* Action item: Go through the listing below and output exactly the line with "#84=ORIENTED_EDGE('',*,*,#20,.T.);", the line with "#111=DIRECTION('',(0.,0.,1.));", and each line between; omit the rest.

* Dataset excerpts:
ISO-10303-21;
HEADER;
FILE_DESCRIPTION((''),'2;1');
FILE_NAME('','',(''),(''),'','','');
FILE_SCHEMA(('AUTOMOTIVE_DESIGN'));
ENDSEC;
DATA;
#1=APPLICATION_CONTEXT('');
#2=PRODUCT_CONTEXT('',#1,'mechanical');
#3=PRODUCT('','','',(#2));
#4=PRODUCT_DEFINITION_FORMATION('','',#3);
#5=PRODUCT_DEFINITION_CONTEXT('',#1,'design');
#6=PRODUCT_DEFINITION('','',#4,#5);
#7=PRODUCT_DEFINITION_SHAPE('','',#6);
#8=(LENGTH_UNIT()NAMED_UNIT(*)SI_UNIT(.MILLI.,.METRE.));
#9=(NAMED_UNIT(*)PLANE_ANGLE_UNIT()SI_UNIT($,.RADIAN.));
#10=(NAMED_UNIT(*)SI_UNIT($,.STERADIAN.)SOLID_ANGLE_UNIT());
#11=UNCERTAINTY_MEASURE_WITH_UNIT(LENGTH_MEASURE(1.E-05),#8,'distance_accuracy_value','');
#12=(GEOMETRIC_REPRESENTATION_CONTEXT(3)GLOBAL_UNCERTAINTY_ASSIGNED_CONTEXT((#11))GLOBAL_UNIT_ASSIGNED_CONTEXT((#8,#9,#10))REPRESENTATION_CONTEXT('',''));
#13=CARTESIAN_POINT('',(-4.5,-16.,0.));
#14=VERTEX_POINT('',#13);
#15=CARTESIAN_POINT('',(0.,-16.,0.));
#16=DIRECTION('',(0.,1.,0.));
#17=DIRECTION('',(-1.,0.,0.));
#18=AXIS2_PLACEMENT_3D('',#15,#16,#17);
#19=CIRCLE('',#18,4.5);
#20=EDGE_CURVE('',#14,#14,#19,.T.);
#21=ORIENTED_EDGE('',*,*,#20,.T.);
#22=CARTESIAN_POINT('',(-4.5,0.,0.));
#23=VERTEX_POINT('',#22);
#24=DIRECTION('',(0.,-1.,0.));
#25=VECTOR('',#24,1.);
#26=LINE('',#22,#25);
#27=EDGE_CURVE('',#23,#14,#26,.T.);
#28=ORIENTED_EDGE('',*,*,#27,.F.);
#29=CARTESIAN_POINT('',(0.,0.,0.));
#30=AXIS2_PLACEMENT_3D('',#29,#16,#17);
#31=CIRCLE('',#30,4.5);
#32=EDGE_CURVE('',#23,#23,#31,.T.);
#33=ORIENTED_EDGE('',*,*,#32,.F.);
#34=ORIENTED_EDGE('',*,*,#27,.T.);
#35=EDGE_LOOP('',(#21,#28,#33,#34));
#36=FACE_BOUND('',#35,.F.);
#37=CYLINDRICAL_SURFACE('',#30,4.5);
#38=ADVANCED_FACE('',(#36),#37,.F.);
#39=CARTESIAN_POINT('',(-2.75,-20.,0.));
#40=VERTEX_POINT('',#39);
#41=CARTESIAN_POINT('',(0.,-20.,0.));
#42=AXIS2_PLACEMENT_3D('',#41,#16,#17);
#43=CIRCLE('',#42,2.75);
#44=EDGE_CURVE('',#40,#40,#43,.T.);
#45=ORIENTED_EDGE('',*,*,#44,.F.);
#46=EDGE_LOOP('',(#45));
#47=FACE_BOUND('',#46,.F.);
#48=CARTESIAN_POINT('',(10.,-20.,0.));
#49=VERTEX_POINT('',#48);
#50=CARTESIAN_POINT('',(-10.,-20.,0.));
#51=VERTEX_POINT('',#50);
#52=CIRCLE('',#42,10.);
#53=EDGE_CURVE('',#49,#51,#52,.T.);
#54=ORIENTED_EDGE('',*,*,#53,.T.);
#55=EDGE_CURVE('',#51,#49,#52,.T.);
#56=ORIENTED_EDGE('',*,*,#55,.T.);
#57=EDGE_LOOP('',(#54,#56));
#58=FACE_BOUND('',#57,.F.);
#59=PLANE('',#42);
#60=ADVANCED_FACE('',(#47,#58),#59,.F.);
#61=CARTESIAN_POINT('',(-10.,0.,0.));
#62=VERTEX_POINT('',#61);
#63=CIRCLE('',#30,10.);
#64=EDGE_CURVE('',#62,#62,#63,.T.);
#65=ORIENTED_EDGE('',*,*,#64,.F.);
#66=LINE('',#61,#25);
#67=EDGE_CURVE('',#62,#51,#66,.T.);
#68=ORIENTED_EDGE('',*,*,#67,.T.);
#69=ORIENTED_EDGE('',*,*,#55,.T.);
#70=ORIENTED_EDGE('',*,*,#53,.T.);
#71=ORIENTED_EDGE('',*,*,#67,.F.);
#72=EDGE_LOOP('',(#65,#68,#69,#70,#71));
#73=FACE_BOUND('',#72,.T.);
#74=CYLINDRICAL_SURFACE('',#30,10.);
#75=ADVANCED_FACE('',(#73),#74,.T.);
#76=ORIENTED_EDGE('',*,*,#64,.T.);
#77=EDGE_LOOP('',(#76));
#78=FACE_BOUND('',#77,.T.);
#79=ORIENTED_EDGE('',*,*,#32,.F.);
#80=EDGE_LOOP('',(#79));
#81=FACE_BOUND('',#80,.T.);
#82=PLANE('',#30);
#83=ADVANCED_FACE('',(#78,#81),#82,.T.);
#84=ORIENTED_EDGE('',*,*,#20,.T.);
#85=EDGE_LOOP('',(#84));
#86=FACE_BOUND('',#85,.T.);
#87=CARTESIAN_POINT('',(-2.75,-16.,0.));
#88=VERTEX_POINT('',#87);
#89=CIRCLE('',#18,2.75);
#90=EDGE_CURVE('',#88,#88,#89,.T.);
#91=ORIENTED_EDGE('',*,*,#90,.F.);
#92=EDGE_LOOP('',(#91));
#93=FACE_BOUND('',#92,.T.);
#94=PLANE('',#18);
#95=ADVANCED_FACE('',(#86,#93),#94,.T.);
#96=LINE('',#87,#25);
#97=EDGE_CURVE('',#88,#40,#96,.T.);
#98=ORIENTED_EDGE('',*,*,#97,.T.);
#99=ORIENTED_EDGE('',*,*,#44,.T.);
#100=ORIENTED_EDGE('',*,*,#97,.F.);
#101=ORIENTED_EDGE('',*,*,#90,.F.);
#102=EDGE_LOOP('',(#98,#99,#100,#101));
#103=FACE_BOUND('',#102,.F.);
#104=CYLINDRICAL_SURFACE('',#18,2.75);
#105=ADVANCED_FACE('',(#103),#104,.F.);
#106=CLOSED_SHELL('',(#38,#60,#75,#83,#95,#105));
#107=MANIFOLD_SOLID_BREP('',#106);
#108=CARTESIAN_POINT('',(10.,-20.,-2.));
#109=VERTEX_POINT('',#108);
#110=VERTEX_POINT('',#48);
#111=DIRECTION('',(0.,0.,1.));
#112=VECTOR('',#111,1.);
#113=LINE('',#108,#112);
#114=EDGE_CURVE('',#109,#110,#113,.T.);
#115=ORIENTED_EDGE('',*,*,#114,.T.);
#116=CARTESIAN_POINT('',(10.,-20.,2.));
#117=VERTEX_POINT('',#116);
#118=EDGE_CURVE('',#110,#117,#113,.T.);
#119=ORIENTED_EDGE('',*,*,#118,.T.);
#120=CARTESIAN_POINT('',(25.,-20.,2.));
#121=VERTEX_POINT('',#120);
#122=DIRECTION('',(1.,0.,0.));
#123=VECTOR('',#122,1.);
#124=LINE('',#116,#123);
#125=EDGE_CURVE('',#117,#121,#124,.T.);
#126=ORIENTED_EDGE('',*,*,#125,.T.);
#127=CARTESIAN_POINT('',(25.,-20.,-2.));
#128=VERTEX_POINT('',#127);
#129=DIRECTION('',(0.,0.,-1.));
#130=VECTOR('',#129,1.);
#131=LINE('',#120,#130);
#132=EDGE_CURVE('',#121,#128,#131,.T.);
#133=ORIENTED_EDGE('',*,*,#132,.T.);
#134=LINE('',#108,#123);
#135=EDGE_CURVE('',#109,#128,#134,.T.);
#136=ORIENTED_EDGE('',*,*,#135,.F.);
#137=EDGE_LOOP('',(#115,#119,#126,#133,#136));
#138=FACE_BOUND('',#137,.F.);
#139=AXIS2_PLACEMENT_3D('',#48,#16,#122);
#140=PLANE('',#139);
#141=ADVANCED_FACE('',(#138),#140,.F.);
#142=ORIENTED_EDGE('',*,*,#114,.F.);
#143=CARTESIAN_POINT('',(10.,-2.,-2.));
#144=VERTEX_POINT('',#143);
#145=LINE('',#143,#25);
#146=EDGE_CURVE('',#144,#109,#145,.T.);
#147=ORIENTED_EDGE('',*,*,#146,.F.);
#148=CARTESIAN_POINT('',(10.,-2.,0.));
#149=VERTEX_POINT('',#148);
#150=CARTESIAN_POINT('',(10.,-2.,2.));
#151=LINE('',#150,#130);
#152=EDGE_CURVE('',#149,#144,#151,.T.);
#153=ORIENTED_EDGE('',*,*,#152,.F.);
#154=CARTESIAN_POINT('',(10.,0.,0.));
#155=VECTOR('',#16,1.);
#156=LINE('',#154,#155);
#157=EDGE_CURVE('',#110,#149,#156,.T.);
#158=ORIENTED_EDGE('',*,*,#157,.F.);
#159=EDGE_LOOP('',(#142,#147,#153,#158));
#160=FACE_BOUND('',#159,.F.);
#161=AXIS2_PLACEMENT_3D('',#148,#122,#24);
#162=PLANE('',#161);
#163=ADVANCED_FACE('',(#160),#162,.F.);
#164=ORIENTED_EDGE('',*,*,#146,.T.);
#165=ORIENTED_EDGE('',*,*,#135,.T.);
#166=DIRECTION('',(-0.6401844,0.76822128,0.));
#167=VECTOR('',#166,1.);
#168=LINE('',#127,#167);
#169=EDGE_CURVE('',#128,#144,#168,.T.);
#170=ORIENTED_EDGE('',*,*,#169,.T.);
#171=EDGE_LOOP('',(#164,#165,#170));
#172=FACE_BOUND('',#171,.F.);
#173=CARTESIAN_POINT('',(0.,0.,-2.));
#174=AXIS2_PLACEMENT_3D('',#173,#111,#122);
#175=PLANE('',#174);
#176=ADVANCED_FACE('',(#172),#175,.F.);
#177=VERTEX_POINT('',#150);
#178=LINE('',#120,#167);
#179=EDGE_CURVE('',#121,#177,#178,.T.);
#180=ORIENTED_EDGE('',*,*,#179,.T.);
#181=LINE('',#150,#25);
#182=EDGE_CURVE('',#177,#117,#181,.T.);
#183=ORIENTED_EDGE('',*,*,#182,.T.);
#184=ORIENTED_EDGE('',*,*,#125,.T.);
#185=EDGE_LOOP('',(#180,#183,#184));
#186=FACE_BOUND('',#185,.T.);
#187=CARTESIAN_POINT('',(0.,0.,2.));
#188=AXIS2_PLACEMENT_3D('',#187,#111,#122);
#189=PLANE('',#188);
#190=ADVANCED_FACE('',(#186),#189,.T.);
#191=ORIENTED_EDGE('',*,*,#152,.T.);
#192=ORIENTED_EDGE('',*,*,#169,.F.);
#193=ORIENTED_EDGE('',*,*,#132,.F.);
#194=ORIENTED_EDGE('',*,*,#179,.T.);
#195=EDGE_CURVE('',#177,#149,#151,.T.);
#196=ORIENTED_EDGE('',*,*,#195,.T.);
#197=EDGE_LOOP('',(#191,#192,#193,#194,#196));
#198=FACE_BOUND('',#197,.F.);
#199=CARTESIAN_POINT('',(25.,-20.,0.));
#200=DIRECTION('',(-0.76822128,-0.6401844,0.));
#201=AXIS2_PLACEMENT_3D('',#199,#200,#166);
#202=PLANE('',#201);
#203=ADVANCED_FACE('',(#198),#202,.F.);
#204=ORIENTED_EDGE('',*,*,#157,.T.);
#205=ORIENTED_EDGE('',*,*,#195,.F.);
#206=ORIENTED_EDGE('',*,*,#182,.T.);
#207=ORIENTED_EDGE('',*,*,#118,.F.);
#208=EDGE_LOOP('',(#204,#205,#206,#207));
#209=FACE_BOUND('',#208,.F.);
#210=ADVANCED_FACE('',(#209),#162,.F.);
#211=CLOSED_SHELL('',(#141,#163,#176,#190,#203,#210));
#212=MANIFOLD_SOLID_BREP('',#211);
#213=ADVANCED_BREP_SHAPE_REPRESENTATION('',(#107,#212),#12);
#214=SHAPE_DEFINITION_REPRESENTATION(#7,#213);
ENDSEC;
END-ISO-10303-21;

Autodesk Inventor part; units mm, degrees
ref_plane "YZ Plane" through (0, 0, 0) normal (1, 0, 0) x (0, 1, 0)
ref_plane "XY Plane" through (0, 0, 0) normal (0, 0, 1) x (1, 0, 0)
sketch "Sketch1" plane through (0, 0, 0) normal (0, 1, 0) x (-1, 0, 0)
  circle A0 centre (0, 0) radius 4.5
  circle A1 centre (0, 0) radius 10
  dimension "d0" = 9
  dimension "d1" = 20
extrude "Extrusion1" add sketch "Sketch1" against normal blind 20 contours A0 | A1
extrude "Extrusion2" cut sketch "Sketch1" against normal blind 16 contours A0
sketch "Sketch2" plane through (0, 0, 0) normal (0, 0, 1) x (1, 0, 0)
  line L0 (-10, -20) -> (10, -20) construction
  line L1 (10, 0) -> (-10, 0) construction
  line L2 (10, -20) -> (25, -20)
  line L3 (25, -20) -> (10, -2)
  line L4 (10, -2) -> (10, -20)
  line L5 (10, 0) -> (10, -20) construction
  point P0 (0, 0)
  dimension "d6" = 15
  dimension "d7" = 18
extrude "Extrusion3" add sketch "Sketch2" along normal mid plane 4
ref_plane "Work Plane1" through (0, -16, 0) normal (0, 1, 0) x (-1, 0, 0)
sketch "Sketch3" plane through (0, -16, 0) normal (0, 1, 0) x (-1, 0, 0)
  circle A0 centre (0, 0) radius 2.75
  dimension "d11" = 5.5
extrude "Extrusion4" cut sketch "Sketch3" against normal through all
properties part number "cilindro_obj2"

* Exercise answer:
#84=ORIENTED_EDGE('',*,*,#20,.T.);
#85=EDGE_LOOP('',(#84));
#86=FACE_BOUND('',#85,.T.);
#87=CARTESIAN_POINT('',(-2.75,-16.,0.));
#88=VERTEX_POINT('',#87);
#89=CIRCLE('',#18,2.75);
#90=EDGE_CURVE('',#88,#88,#89,.T.);
#91=ORIENTED_EDGE('',*,*,#90,.F.);
#92=EDGE_LOOP('',(#91));
#93=FACE_BOUND('',#92,.T.);
#94=PLANE('',#18);
#95=ADVANCED_FACE('',(#86,#93),#94,.T.);
#96=LINE('',#87,#25);
#97=EDGE_CURVE('',#88,#40,#96,.T.);
#98=ORIENTED_EDGE('',*,*,#97,.T.);
#99=ORIENTED_EDGE('',*,*,#44,.T.);
#100=ORIENTED_EDGE('',*,*,#97,.F.);
#101=ORIENTED_EDGE('',*,*,#90,.F.);
#102=EDGE_LOOP('',(#98,#99,#100,#101));
#103=FACE_BOUND('',#102,.F.);
#104=CYLINDRICAL_SURFACE('',#18,2.75);
#105=ADVANCED_FACE('',(#103),#104,.F.);
#106=CLOSED_SHELL('',(#38,#60,#75,#83,#95,#105));
#107=MANIFOLD_SOLID_BREP('',#106);
#108=CARTESIAN_POINT('',(10.,-20.,-2.));
#109=VERTEX_POINT('',#108);
#110=VERTEX_POINT('',#48);
#111=DIRECTION('',(0.,0.,1.));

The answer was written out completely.